Per il mondo medievale la permanenza di Cristo nella storia era un fatto: Cristo era realmente una presenza. Queste Laude sono il risultato di una semplicità, come virtù, che aderiva all’evidenza dello stupore che quell’Uomo destava.
Lo stupore che suscitava era come una promessa: una promessa di qualcosa di meglio, di più forte, di più vero, di più amoroso, di più compassionevole, di più veramente vita… era una promessa.
La vita umana non è dignitosa se non nasce nella consapevole relazione con il proprio destino, e perciò con Cristo, perché Cristo è il destino di ogni cosa. È da questa commossa consapevolezza che nascono le Laude.
Che non mi sia vetato lo tuo amore, in me non possa nulla ria indignanza.

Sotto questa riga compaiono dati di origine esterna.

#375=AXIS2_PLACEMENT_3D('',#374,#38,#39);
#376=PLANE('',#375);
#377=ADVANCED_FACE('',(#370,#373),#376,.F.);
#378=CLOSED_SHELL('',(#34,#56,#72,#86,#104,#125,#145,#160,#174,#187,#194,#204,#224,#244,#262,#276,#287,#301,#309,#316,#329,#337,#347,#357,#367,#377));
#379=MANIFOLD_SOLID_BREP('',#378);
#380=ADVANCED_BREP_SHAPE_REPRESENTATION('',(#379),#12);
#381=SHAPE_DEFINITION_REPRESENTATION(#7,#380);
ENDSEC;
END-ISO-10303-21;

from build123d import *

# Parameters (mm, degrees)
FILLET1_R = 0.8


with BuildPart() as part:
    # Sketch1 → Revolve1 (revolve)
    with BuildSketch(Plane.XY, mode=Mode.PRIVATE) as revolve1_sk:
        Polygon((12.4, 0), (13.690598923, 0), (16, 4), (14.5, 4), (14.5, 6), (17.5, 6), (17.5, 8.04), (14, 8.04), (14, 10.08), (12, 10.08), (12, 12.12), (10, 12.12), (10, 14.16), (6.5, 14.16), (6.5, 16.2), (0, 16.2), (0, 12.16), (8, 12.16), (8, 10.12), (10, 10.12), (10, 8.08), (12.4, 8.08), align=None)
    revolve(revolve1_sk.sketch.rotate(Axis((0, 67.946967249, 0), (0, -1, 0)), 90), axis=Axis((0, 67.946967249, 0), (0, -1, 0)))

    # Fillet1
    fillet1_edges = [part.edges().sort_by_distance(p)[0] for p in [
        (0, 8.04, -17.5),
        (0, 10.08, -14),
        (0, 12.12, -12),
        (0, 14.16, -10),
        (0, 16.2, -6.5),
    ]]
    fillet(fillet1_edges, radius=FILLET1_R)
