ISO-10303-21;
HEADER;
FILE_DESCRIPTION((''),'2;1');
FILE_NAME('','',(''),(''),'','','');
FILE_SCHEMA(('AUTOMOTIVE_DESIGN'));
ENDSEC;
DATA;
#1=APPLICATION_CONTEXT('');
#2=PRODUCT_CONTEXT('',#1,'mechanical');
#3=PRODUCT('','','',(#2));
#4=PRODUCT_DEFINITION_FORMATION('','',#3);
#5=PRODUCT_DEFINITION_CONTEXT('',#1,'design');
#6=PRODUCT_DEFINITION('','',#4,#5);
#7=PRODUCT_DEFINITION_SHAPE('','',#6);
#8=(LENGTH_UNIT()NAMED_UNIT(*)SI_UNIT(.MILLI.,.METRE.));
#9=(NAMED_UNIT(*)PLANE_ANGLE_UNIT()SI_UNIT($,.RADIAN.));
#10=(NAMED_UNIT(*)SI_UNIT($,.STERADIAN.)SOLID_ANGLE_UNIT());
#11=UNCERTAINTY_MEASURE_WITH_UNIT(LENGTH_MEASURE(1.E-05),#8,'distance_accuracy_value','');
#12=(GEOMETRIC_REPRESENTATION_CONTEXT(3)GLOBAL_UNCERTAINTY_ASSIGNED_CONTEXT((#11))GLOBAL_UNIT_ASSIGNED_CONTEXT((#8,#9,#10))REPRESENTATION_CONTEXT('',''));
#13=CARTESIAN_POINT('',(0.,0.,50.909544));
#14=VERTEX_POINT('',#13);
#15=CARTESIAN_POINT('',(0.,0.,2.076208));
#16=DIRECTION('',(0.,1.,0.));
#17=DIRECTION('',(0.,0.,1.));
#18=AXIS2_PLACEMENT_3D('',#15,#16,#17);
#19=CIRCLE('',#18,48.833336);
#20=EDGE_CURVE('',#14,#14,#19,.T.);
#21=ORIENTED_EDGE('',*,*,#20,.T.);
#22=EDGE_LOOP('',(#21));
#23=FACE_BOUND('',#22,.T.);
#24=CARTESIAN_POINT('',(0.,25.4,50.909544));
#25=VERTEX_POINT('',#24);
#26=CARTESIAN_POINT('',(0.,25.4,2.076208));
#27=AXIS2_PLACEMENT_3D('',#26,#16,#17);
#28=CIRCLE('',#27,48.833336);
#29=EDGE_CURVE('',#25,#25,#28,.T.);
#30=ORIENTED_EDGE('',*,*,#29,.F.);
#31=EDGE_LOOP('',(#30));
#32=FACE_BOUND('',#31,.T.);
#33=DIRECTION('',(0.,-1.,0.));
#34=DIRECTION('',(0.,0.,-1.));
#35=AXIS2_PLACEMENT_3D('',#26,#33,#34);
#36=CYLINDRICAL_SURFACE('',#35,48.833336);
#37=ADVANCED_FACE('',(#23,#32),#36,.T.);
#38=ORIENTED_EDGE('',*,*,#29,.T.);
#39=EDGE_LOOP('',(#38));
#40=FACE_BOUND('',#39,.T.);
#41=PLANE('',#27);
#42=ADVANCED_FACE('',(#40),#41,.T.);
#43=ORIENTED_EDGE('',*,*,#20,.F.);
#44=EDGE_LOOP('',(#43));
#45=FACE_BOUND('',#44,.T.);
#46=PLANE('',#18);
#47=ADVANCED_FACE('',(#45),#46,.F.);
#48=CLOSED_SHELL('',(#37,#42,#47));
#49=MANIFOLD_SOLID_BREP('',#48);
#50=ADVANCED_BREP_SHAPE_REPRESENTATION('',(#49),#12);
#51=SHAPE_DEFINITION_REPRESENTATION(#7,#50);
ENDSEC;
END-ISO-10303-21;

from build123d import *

# Parameters (mm, degrees)
SKETCH1_R           = 48.833336451
BOSS_EXTRUDE1_DEPTH = 25.4


with BuildPart() as part:
    # Sketch1 → Boss-Extrude1 (new body)
    with BuildSketch(Plane(origin=(0, 0, 0), x_dir=(1, 0, 0), z_dir=(0, 1, 0))):
        with Locations(Location((0, -2.076207636, 0), (0, 0, 270))):
            Circle(SKETCH1_R)
    extrude(amount=BOSS_EXTRUDE1_DEPTH)


solid = part.part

L’indignanza (cioè l’ignobiltà, la non dignità) è definita “ria”, colpevole, perché a noi è stato dato di conoscere il senso del nostro destino. È abolendo la “ria indignanza” che si rende possibile la nostra vita, che il suo amore, l’amore dell’Essere, il significato di cui tutto è costituito ci diventa familiare; e perciò diventa possibile il gusto del vivere, la certezza, la speranza, l’affezione a sé, agli altri, alle cose, al presente, al futuro.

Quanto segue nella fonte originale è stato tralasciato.